:: REQUIRED WORK ::
Transcribe only the lines of the listing below from the one holding "#495=ORIENTED_EDGE('',*,*,#405,.T.);" through the one holding "#520=CARTESIAN_POINT('',(0.,0.,1.5));", inclusive, without any change.

━━ DATASET RECORDS

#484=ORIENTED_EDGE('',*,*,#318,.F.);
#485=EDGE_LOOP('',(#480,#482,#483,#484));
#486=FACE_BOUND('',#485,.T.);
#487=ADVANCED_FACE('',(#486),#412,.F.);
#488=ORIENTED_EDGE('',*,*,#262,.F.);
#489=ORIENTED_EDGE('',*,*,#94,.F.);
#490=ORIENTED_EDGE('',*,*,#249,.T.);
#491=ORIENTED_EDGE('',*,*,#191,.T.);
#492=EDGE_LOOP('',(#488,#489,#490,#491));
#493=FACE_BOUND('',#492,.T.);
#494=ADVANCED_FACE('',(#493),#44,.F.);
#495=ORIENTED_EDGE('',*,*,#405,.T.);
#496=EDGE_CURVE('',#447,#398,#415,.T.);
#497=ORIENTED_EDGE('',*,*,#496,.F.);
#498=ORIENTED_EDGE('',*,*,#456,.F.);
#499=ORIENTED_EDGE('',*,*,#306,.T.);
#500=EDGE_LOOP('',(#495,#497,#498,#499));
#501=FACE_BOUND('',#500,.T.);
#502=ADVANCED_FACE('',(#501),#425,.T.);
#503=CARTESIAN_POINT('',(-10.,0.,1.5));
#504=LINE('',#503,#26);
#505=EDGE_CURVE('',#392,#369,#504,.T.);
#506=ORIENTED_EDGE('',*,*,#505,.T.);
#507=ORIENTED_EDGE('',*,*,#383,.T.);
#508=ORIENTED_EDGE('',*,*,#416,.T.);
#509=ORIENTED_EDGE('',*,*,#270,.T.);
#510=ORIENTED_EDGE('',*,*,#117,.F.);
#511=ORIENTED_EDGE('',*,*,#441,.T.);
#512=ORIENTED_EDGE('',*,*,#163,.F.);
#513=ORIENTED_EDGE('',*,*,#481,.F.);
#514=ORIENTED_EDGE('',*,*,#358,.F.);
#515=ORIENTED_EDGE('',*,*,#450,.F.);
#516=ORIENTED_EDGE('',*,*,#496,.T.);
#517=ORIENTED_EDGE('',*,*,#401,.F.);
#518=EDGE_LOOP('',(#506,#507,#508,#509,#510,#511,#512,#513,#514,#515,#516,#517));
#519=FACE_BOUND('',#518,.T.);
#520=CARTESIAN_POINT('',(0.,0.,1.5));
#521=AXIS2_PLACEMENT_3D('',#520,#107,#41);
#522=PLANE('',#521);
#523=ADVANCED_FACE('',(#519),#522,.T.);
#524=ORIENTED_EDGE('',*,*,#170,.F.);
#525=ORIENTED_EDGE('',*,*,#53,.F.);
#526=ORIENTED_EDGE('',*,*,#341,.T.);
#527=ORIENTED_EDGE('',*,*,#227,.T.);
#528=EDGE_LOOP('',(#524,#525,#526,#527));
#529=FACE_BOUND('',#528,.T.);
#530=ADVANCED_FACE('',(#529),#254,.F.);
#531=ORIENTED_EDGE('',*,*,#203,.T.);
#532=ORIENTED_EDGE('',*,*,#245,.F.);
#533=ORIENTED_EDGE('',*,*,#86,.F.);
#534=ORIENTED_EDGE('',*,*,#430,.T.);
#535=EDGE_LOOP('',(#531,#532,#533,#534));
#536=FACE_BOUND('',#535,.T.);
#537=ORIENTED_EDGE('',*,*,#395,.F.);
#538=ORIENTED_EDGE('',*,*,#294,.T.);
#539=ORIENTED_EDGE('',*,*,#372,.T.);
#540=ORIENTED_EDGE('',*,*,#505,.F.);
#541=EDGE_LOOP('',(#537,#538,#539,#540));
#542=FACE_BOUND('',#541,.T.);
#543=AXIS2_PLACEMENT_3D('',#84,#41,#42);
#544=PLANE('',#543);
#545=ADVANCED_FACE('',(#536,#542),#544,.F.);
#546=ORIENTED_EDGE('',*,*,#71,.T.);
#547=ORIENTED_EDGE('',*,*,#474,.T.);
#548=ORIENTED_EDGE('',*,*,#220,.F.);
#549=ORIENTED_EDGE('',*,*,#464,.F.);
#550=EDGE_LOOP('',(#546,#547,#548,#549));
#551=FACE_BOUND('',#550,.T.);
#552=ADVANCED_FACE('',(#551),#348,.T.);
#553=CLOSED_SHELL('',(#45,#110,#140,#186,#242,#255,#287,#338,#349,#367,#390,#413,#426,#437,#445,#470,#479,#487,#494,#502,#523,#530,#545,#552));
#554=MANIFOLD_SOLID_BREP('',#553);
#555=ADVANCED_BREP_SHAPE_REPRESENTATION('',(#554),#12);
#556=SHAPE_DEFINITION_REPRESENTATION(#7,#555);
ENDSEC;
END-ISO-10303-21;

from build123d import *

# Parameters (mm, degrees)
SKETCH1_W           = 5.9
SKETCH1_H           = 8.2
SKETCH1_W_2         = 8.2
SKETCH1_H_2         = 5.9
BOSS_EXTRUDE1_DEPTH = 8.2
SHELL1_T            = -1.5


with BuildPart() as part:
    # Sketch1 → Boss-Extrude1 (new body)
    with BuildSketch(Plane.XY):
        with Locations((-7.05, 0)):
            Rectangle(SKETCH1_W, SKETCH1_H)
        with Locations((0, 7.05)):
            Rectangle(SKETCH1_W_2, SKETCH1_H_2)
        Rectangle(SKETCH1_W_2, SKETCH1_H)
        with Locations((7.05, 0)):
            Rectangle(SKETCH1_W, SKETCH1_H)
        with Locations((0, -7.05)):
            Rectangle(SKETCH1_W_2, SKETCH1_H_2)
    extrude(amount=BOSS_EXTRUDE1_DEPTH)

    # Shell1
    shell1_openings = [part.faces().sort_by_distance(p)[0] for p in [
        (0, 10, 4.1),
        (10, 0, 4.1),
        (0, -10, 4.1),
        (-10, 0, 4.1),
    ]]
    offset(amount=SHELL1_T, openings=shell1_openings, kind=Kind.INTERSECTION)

━━━━
━━ DATASET RECORDS

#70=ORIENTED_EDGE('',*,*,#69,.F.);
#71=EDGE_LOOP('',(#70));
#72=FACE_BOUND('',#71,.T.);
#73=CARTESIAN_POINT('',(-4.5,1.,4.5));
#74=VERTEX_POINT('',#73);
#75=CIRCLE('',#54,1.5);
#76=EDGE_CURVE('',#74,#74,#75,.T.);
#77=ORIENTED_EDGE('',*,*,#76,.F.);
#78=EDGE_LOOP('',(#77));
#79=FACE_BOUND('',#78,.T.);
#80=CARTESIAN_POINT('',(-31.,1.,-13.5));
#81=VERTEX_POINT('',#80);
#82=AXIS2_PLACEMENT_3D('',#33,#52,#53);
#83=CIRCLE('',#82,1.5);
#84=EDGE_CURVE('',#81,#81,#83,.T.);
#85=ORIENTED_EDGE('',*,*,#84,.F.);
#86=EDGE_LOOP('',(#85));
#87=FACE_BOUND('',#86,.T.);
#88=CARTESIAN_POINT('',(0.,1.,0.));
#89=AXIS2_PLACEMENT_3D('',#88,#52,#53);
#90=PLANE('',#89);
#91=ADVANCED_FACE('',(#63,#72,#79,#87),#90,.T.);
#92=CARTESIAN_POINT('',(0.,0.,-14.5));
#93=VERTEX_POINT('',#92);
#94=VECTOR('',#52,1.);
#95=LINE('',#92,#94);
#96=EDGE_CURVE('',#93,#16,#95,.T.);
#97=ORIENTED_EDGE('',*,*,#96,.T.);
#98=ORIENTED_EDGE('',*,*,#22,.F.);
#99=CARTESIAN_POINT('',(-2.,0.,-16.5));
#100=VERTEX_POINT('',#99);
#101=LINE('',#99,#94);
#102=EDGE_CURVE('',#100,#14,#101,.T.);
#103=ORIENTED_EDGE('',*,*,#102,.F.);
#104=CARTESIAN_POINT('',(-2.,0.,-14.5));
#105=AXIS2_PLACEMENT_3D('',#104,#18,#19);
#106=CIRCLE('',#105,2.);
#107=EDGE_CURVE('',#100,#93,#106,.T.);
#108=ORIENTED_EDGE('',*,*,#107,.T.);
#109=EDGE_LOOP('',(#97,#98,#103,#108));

━━━━

:: TASK SOLUTION ::
#495=ORIENTED_EDGE('',*,*,#405,.T.);
#496=EDGE_CURVE('',#447,#398,#415,.T.);
#497=ORIENTED_EDGE('',*,*,#496,.F.);
#498=ORIENTED_EDGE('',*,*,#456,.F.);
#499=ORIENTED_EDGE('',*,*,#306,.T.);
#500=EDGE_LOOP('',(#495,#497,#498,#499));
#501=FACE_BOUND('',#500,.T.);
#502=ADVANCED_FACE('',(#501),#425,.T.);
#503=CARTESIAN_POINT('',(-10.,0.,1.5));
#504=LINE('',#503,#26);
#505=EDGE_CURVE('',#392,#369,#504,.T.);
#506=ORIENTED_EDGE('',*,*,#505,.T.);
#507=ORIENTED_EDGE('',*,*,#383,.T.);
#508=ORIENTED_EDGE('',*,*,#416,.T.);
#509=ORIENTED_EDGE('',*,*,#270,.T.);
#510=ORIENTED_EDGE('',*,*,#117,.F.);
#511=ORIENTED_EDGE('',*,*,#441,.T.);
#512=ORIENTED_EDGE('',*,*,#163,.F.);
#513=ORIENTED_EDGE('',*,*,#481,.F.);
#514=ORIENTED_EDGE('',*,*,#358,.F.);
#515=ORIENTED_EDGE('',*,*,#450,.F.);
#516=ORIENTED_EDGE('',*,*,#496,.T.);
#517=ORIENTED_EDGE('',*,*,#401,.F.);
#518=EDGE_LOOP('',(#506,#507,#508,#509,#510,#511,#512,#513,#514,#515,#516,#517));
#519=FACE_BOUND('',#518,.T.);
#520=CARTESIAN_POINT('',(0.,0.,1.5));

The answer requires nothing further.